Some would say that there are now several very large change in paradigms occurring with
• the new sciences of chaos, which study random behaviour in systems which were thought to be deterministic (e.g., the effect of predator-prey interactions in populations of animals, changes in weather patterns, etc.);
• the deeper understanding of the physics and chemistry of the brain influencing ideas about consciousness;
• ideas from mathematics and computer science being applied to the study of life and intelligence.
These new directions in science are creating a new awareness of nature and of ourselves as conscious beings within it. For further information, see the Serendip and Calresco websites among many others. For further discussion of Kuhn, start with the excellent introduction to philosophy of science by A F Chalmers titled What is this thing called Science?
SCIENCE AND SOCIETY
Finally, a word about Science in the sense of SSP and SME. There are many critics who claim that it has become the new religion. Scientists and experts are the new priesthood, enjoying the power that previous priesthoods enjoyed. The large financial investment that much scientific work now requires has made scientists dependent on governments and private corporations which have an interest in the outcome of scientific research for reasons of profit or power. This poses a problem in democratic societies, since it puts public policies regarding the applications of scientific knowledge outside the range of open scrutiny by the ordinary citizen who will be affected by such public policies. This problem has been discussed in Bauer’s essay cited earlier.

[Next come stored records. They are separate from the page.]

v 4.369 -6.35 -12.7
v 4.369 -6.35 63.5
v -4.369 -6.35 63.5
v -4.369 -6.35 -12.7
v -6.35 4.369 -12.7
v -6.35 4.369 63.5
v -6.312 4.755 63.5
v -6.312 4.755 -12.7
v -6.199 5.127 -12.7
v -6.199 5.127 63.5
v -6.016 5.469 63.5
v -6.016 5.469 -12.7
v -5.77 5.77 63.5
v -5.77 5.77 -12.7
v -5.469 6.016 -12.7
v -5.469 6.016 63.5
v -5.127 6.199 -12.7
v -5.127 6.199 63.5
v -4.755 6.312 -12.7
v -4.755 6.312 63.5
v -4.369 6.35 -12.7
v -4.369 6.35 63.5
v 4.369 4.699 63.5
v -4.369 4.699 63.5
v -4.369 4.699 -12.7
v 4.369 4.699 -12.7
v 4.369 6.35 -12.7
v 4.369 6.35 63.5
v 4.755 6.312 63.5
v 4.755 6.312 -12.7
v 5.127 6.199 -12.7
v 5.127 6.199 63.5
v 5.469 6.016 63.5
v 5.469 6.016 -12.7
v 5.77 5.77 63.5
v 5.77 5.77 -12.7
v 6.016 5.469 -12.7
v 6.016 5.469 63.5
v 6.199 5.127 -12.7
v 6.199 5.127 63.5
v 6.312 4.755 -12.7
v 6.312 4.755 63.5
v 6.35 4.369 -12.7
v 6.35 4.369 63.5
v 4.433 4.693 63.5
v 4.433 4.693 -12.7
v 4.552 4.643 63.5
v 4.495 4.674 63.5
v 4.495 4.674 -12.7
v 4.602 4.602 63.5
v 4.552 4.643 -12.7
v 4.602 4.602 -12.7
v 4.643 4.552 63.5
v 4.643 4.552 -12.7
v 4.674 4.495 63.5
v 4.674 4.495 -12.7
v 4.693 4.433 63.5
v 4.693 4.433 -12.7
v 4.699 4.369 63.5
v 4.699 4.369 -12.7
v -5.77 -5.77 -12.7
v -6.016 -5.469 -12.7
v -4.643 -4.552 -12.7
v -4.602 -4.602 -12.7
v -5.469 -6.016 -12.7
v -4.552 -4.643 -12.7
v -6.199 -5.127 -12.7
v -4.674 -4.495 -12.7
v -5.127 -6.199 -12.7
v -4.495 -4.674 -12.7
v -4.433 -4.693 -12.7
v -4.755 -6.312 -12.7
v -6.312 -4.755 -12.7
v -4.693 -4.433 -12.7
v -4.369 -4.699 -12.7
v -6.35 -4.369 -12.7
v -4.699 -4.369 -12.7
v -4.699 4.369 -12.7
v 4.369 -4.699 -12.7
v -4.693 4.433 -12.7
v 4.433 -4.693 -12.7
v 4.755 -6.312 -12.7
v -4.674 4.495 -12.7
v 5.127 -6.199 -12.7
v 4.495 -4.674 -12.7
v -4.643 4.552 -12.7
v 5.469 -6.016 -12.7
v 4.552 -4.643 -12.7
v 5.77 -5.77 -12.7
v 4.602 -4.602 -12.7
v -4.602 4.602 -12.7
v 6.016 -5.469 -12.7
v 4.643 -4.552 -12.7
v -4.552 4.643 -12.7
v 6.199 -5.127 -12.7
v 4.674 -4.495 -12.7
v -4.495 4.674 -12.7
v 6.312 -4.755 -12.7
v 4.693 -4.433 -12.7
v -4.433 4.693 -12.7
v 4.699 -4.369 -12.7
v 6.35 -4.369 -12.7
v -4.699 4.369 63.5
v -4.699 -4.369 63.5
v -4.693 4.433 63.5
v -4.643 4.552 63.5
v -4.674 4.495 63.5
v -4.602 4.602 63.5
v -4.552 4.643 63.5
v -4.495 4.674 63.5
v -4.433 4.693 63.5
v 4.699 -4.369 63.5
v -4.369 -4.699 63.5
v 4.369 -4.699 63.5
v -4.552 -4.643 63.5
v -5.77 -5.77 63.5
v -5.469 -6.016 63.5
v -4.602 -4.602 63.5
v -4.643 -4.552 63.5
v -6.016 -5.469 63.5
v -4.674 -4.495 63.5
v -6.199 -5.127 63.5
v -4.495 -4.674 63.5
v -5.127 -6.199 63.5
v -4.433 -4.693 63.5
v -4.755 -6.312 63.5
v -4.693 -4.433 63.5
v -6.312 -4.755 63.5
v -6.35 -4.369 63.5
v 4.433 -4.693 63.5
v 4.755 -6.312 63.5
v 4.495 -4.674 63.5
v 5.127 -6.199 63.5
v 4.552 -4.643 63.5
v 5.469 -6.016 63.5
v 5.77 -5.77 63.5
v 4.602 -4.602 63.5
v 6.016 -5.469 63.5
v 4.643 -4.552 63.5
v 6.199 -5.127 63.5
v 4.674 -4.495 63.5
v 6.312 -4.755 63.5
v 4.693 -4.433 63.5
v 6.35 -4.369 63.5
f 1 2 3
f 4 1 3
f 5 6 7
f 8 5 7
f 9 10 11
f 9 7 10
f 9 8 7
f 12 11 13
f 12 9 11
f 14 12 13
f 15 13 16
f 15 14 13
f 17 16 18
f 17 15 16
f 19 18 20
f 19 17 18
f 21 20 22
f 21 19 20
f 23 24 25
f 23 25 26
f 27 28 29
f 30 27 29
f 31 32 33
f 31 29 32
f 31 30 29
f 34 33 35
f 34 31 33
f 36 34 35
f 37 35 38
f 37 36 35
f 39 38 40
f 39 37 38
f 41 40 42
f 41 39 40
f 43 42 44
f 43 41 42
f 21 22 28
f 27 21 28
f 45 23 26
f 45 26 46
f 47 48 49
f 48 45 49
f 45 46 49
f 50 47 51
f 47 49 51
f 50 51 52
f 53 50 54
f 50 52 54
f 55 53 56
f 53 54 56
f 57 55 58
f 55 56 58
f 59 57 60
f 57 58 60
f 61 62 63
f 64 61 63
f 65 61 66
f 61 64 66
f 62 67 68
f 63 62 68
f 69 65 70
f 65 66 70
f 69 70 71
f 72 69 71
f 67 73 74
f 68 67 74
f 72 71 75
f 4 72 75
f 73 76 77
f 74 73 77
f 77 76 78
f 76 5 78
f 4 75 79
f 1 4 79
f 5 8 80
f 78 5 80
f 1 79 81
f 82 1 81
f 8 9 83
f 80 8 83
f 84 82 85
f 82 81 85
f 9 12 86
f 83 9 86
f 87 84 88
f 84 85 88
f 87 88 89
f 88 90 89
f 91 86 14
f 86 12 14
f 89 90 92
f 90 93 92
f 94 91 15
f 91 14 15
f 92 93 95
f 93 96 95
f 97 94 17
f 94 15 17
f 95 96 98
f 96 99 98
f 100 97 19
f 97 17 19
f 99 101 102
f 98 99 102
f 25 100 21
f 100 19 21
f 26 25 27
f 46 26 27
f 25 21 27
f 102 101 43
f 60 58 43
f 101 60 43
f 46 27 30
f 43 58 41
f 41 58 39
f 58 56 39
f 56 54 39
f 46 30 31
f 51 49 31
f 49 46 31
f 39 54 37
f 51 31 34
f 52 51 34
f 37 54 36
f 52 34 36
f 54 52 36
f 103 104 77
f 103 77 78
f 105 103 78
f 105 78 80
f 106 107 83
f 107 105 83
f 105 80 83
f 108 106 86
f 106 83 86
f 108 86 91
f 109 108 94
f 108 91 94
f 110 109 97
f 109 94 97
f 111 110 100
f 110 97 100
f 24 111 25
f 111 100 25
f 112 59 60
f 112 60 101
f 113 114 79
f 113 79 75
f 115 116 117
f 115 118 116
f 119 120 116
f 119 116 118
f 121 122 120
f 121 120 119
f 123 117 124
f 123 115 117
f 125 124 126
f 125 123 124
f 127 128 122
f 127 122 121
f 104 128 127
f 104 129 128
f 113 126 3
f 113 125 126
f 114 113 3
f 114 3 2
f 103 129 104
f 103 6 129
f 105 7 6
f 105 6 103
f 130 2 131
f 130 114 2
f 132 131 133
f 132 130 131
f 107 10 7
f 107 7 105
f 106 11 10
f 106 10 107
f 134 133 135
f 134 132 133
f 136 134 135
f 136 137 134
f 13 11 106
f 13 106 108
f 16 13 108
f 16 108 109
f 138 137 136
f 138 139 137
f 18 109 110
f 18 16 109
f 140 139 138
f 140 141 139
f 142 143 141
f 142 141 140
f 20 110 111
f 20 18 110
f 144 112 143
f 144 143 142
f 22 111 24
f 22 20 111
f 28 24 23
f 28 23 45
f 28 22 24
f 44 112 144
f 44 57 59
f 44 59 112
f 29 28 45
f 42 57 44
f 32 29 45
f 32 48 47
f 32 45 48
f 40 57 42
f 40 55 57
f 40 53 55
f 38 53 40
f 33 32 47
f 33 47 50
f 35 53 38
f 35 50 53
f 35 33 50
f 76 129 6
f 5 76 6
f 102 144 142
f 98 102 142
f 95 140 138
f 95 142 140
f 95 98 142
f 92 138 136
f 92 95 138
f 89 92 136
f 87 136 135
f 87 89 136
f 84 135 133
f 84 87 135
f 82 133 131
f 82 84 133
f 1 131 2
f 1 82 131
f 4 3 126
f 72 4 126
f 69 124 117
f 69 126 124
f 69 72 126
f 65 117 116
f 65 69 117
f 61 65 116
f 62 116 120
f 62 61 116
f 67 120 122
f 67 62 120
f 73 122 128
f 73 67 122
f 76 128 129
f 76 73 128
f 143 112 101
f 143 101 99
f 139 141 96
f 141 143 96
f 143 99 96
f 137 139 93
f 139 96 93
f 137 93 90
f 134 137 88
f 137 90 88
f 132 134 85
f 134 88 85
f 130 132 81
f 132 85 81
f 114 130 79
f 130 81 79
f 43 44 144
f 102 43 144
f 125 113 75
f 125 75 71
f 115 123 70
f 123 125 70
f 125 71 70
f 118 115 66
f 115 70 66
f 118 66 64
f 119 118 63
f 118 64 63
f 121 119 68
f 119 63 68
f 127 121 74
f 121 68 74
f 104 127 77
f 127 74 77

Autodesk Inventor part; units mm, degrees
ref_plane "Start plane" through (0, 0, -12.7) normal (0, 0, 1) x (1, 0, 0)
ref_plane "End plane" through (0, 0, 63.5) normal (0, 0, 1) x (1, 0, 0)
sketch "Sketch" plane through (0, 0, 0) normal (0, 0, 1) x (1, 0, 0)
  line L0 (-6.35, -4.3688) -> (-6.35, 4.3688)
  line L1 (-4.3688, 6.35) -> (4.3688, 6.35)
  line L2 (6.35, 4.3688) -> (6.35, -4.3688)
  line L3 (4.3688, -6.35) -> (-4.3688, -6.35)
  arc A0 (-6.35, -4.3688) -> (-4.3688, -6.35) centre (-4.3688, -4.3688) ccw
  arc A1 (-4.3688, 6.35) -> (-6.35, 4.3688) centre (-4.3688, 4.3688) ccw
  arc A2 (6.35, 4.3688) -> (4.3688, 6.35) centre (4.3688, 4.3688) ccw
  arc A3 (4.3688, -6.35) -> (6.35, -4.3688) centre (4.3688, -4.3688) ccw
  arc A4 (-4.3688, 4.699) -> (-4.699, 4.3688) centre (-4.3688, 4.3688) ccw
  line L4 (-4.3688, 4.699) -> (4.3688, 4.699)
  arc A5 (4.699, 4.3688) -> (4.3688, 4.699) centre (4.3688, 4.3688) ccw
  line L5 (4.699, 4.3688) -> (4.699, -4.3688)
  arc A6 (4.3688, -4.699) -> (4.699, -4.3688) centre (4.3688, -4.3688) ccw
  line L6 (4.3688, -4.699) -> (-4.3688, -4.699)
  arc A7 (-4.699, -4.3688) -> (-4.3688, -4.699) centre (-4.3688, -4.3688) ccw
  line L7 (-4.699, -4.3688) -> (-4.699, 4.3688)
  line L8 (0, 9.4644) -> (0, -9.4644) construction
  line L9 (-10.1124, 0) -> (13.3521, 0) construction
  dimension "d10" = 12.7
  dimension "d11" = 12.7
  dimension "d12" = 1.651
  dimension "d15" = 6.35
  dimension "d16" = 6.35
  dimension "d17" = 1.9812
extrude "Body" add sketch "Sketch" along normal up to surface (76.2 mm away) from surface at -12.7
sketch "Sketch3" plane through (0, 0, 0) normal (0, 0, 1) x (1, 0, 0)
  line L0 (0, 0) -> (10, 0)
ref_plane "Work Plane3" through (0, 0, 0) normal (0, -1, 0) x (1, 0, 0)
sketch "Sketch4" plane through (0, 0, 0) normal (0, -1, 0) x (1, 0, 0)
  line L0 (-2, -12.7) -> (12, -12.7)
  line L1 (-2, 63.5) -> (12, 63.5)
  dimension "d19" = 76.2
ref_plane "Work Plane4" through (6.35, -17.0688, -12.7) normal (0, 0, -1) x (-1, 0, 0)
split "Split1" plane through (6.35, -17.0688, -12.7) removes the side toward (0, 0, -1)
ref_plane "Work Plane5" through (6.35, -8.3312, 63.5) normal (0, 0, 1) x (1, 0, 0)
split "Split2" plane through (6.35, -8.3312, 63.5) removes the side toward (0, 0, 1)
equation "\"d10\" = G_H"
equation "\"d11\" = G_W"
equation "\"d12\" = G_T"
equation "\"d15\" = 0.5 * d10"
equation "\"d16\" = 0.5 * d11"
equation "\"d17\" = G_IR"
equation "\"d3\" = G_L"
equation "\"G_W\" = 12.7"
equation "\"G_H\" = 12.7"
equation "\"G_T\" = 1.651"
equation "\"G_IR\" = 1.2 * G_T"
equation "\"G_L\" = d19"
equation "\"G_OFFSET_START\" = 12.7"
equation "\"G_OFFSET_END\" = 12.7"
equation "\"d13\" = -G_OFFSET_START"
equation "\"d14\" = G_OFFSET_END + B_L"
equation "\"B_L\" = 50.8"
properties part number "ASTM A513 - 1/2 x 1/2 x 13/200 - 3" material "Steel, Mild"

This problem becomes particularly acute when the experts themselves do not agree, or when there are large uncertainties in their predictions, or when the experts themselves (either openly or secretly) represent one side or another in a debate, and therefore cannot be relied upon to be independent. This has recently attained a great deal of prominence in various controversies about global warming, about the effects of human activities on the environment, about the release of genetically modified organisms into the environment, about the causes of “Mad Cow Disease” and Aids. What all of these issues have in common is the uncertain extent of harm which is expected to flow as a consequence of certain kinds of scientific policies. What some have proposed is a Precautionary Principle which requires scientists and governments to take action to prevent potential harm even before the full extent of the harm can be determined accurately. Among the questions which this principle raises are:
• How certain do we need to be about the possible harm before we take preventive action?
• How much harm would be unacceptable?
• How long should we wait before conclusive evidence of harm emerges?
In his essay Testart (Download file) makes a plea for supplementing expert knowledge with citizen’s perceptions. The expert’s response to this would be to claim that this would effectively put a stop to any scientific endeavour, since popular perceptions of harm would be treated as evidence of potential harm. On the other hand, the “precautionists” like Testart would claim that the absence of evidence of harm is not evidence of absence of harm.
This controversy is not easy to resolve, but it is clear to me at least that what is an acceptable degree of harm is not a decision that can be left to scientists alone. Paradoxically, the answer to this uncertainty is not a turning away from science, as some scientists who are against the precautionary principle claim, but more careful science that is frequently debated by a scientifically educated and politically aware public.
CONCLUSION
This discussion has suggested that the common view of science as an infallible guide to certainty and truth, and the view of scientists as value-neutral, impartial seekers after truth, are both mistaken. However, I have also tried to reinforce the need for open and critical debate within a rational community about all scientific matters, in order that science should retain its compelling power as a guide to understanding the natural world and our place in it.